* **TASK TO COMPLETE**
Going through the entries below, count each line that holds "chamfer" and give only the total.

─── TASK INPUT

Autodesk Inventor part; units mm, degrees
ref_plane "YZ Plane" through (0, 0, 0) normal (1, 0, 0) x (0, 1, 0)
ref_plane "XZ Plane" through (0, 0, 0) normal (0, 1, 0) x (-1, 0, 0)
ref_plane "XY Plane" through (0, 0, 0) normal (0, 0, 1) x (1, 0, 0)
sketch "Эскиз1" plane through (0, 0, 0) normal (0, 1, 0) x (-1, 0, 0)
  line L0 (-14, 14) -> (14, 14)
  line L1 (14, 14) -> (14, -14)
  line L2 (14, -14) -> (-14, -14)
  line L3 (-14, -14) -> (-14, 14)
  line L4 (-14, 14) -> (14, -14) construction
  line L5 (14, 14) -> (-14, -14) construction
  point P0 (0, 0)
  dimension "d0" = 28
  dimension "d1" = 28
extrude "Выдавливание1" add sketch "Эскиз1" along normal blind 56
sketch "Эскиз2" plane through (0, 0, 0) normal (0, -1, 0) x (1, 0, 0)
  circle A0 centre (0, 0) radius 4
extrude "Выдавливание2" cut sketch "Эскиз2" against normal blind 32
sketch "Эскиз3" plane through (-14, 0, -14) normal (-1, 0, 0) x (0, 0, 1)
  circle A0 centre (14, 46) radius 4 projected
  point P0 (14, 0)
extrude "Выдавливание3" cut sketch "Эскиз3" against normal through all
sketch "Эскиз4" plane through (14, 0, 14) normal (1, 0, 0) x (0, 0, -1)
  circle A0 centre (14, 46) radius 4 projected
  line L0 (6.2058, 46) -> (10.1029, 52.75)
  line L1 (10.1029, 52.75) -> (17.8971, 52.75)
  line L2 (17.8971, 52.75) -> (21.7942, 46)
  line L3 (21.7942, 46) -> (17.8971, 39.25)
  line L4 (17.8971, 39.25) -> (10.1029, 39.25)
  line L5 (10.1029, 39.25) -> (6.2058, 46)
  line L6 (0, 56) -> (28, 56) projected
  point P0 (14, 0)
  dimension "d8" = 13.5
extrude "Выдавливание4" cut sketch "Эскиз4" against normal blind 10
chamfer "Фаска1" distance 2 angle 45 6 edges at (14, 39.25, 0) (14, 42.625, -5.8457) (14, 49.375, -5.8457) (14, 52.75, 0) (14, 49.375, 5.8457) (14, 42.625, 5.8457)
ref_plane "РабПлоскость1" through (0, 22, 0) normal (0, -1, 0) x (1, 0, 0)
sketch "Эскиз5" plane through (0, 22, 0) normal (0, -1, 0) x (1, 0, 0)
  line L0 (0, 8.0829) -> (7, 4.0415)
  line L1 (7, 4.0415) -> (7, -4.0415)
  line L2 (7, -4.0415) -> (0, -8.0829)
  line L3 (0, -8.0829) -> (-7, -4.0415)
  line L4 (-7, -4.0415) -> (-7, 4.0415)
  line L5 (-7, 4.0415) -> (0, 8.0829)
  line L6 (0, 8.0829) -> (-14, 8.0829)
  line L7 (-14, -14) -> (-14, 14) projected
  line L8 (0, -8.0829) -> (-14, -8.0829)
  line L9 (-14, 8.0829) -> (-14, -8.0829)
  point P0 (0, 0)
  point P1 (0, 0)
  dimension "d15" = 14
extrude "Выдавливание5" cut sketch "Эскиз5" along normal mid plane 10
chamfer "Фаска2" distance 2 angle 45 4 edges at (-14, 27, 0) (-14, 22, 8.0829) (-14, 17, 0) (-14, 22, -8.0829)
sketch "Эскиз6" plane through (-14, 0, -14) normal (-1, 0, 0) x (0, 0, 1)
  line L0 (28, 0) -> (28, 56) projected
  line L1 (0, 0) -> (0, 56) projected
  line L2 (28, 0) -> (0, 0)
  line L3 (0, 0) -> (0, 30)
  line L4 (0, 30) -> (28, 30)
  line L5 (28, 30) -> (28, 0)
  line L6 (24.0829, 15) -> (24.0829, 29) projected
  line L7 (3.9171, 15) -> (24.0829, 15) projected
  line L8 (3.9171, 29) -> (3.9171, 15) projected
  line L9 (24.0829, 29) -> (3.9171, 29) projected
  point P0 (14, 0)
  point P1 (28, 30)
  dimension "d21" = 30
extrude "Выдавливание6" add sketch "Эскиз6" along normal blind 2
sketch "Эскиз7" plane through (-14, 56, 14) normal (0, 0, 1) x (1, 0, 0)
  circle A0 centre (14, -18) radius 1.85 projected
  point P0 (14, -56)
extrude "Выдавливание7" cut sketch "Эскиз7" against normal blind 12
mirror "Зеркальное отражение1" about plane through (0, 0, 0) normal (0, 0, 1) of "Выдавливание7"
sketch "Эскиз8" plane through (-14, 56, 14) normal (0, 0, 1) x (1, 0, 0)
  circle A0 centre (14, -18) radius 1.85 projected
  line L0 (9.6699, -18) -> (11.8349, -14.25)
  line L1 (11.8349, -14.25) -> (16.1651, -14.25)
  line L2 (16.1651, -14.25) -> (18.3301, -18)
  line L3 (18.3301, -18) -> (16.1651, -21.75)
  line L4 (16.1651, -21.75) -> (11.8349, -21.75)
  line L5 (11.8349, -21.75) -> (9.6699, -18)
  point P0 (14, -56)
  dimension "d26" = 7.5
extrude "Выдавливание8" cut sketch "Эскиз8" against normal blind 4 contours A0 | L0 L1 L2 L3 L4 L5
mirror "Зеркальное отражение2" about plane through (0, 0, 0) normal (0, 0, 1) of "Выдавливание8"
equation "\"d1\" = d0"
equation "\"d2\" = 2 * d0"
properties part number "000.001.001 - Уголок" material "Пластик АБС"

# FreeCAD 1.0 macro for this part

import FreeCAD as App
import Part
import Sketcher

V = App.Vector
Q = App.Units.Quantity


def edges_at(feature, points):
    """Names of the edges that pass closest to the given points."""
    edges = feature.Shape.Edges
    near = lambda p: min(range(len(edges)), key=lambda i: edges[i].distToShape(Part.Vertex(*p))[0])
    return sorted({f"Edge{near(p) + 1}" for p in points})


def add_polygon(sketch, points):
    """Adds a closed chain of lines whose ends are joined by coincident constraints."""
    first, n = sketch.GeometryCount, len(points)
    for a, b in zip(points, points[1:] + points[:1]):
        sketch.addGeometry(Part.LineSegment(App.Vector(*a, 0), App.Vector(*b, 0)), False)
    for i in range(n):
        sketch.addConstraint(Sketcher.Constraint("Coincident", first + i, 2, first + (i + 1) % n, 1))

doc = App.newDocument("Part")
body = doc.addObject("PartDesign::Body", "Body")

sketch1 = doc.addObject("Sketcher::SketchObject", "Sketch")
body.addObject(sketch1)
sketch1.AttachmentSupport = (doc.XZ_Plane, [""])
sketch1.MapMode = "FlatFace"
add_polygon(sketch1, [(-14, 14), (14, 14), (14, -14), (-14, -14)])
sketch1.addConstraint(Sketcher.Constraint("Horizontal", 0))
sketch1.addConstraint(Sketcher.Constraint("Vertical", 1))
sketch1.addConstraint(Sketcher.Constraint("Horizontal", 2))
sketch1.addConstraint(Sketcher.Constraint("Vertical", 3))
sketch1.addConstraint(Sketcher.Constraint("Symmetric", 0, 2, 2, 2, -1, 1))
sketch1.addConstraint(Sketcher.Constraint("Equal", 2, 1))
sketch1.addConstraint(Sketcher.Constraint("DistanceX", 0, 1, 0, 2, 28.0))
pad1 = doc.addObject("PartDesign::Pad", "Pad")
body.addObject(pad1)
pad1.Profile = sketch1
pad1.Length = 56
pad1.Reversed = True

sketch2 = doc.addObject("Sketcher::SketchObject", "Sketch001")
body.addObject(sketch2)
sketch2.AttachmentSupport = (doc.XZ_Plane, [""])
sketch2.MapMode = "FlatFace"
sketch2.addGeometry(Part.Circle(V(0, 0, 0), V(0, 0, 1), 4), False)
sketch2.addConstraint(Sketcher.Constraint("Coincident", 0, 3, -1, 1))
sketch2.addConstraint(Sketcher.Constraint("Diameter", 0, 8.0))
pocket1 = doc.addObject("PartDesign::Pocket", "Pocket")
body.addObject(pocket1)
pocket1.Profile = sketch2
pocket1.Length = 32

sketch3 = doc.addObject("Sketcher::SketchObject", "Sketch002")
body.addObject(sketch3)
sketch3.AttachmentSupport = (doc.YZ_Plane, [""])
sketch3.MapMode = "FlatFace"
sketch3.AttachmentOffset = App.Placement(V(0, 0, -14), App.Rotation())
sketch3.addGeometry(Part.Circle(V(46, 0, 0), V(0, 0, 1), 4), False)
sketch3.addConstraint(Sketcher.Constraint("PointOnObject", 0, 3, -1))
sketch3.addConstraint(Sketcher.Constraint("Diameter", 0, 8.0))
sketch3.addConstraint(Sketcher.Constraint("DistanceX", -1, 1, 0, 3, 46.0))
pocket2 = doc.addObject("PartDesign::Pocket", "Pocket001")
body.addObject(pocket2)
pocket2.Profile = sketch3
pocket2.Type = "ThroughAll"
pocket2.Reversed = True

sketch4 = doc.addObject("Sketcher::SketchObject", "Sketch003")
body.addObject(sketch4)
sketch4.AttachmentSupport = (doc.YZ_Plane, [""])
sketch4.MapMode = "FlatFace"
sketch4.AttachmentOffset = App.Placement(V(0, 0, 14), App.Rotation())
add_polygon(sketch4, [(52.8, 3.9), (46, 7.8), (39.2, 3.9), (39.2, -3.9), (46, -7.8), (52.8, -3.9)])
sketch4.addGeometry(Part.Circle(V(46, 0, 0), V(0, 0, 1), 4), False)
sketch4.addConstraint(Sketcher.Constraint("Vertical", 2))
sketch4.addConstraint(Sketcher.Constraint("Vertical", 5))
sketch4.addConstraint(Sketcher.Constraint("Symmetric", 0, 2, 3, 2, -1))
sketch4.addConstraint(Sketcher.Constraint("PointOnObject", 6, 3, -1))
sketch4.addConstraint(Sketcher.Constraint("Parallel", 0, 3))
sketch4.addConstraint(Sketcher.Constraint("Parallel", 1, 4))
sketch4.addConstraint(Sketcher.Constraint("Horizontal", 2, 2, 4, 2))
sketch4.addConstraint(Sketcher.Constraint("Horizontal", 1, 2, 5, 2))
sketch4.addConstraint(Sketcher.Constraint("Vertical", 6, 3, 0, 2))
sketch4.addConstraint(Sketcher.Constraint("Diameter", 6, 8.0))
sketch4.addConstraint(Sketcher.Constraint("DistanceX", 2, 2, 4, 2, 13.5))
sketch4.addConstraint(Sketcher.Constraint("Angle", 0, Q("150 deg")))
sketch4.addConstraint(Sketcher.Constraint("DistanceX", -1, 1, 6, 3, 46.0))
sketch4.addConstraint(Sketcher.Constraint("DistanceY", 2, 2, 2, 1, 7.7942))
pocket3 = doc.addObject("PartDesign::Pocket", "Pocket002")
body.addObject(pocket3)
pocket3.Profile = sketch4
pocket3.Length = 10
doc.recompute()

──────
─── TASK INPUT

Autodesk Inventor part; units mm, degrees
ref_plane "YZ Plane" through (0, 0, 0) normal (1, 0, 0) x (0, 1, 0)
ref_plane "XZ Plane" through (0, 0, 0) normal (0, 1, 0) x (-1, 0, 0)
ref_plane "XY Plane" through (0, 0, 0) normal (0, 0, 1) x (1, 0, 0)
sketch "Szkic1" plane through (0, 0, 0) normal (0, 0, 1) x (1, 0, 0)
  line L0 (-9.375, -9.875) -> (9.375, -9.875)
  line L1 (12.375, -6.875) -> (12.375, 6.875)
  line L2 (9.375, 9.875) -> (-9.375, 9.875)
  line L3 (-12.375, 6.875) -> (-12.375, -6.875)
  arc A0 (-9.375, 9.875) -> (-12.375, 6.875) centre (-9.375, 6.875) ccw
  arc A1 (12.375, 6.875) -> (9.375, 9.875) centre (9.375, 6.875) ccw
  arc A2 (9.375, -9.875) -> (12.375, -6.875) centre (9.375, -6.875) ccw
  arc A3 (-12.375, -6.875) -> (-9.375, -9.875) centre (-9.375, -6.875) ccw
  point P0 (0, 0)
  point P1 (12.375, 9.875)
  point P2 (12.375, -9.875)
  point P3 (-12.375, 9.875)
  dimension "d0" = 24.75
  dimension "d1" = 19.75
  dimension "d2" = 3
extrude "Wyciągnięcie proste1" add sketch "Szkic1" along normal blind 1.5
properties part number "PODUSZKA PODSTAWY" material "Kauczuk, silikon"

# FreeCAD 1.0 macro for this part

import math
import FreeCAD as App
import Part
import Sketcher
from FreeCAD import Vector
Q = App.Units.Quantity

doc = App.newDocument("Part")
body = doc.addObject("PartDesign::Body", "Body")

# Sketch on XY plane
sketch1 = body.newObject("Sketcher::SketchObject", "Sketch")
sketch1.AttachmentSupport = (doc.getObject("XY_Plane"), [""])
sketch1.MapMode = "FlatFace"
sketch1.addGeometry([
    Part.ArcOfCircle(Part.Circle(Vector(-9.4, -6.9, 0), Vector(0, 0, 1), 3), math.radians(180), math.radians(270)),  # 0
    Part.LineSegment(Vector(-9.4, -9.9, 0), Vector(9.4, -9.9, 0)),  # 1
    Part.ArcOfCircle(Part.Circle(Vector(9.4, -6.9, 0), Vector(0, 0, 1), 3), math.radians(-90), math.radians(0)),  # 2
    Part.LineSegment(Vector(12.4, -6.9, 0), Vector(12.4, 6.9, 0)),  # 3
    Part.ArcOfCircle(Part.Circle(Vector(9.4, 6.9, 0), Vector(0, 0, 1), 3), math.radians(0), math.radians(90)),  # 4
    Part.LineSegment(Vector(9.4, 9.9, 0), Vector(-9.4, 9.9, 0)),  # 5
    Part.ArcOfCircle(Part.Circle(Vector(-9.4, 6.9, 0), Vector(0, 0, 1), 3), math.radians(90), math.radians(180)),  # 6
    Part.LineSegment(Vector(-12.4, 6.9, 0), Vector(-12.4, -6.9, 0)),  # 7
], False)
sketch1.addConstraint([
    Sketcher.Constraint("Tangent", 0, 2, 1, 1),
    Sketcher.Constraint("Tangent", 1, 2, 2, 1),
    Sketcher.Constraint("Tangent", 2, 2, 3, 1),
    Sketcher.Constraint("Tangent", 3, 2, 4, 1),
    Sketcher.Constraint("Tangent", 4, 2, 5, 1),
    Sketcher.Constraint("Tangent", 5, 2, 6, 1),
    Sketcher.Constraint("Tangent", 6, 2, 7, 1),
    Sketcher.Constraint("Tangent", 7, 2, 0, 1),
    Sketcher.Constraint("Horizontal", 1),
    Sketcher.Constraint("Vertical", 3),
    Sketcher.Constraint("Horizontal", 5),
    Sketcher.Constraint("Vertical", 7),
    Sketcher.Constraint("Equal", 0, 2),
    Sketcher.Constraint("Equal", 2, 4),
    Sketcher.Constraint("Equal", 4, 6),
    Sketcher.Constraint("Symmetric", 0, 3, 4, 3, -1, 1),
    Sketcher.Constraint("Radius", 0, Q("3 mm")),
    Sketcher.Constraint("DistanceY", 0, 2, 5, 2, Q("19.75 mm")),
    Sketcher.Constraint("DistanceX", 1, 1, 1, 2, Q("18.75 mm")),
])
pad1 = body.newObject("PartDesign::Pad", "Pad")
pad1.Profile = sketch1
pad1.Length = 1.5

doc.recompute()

──────

* **RESULT OF THE TASK**
2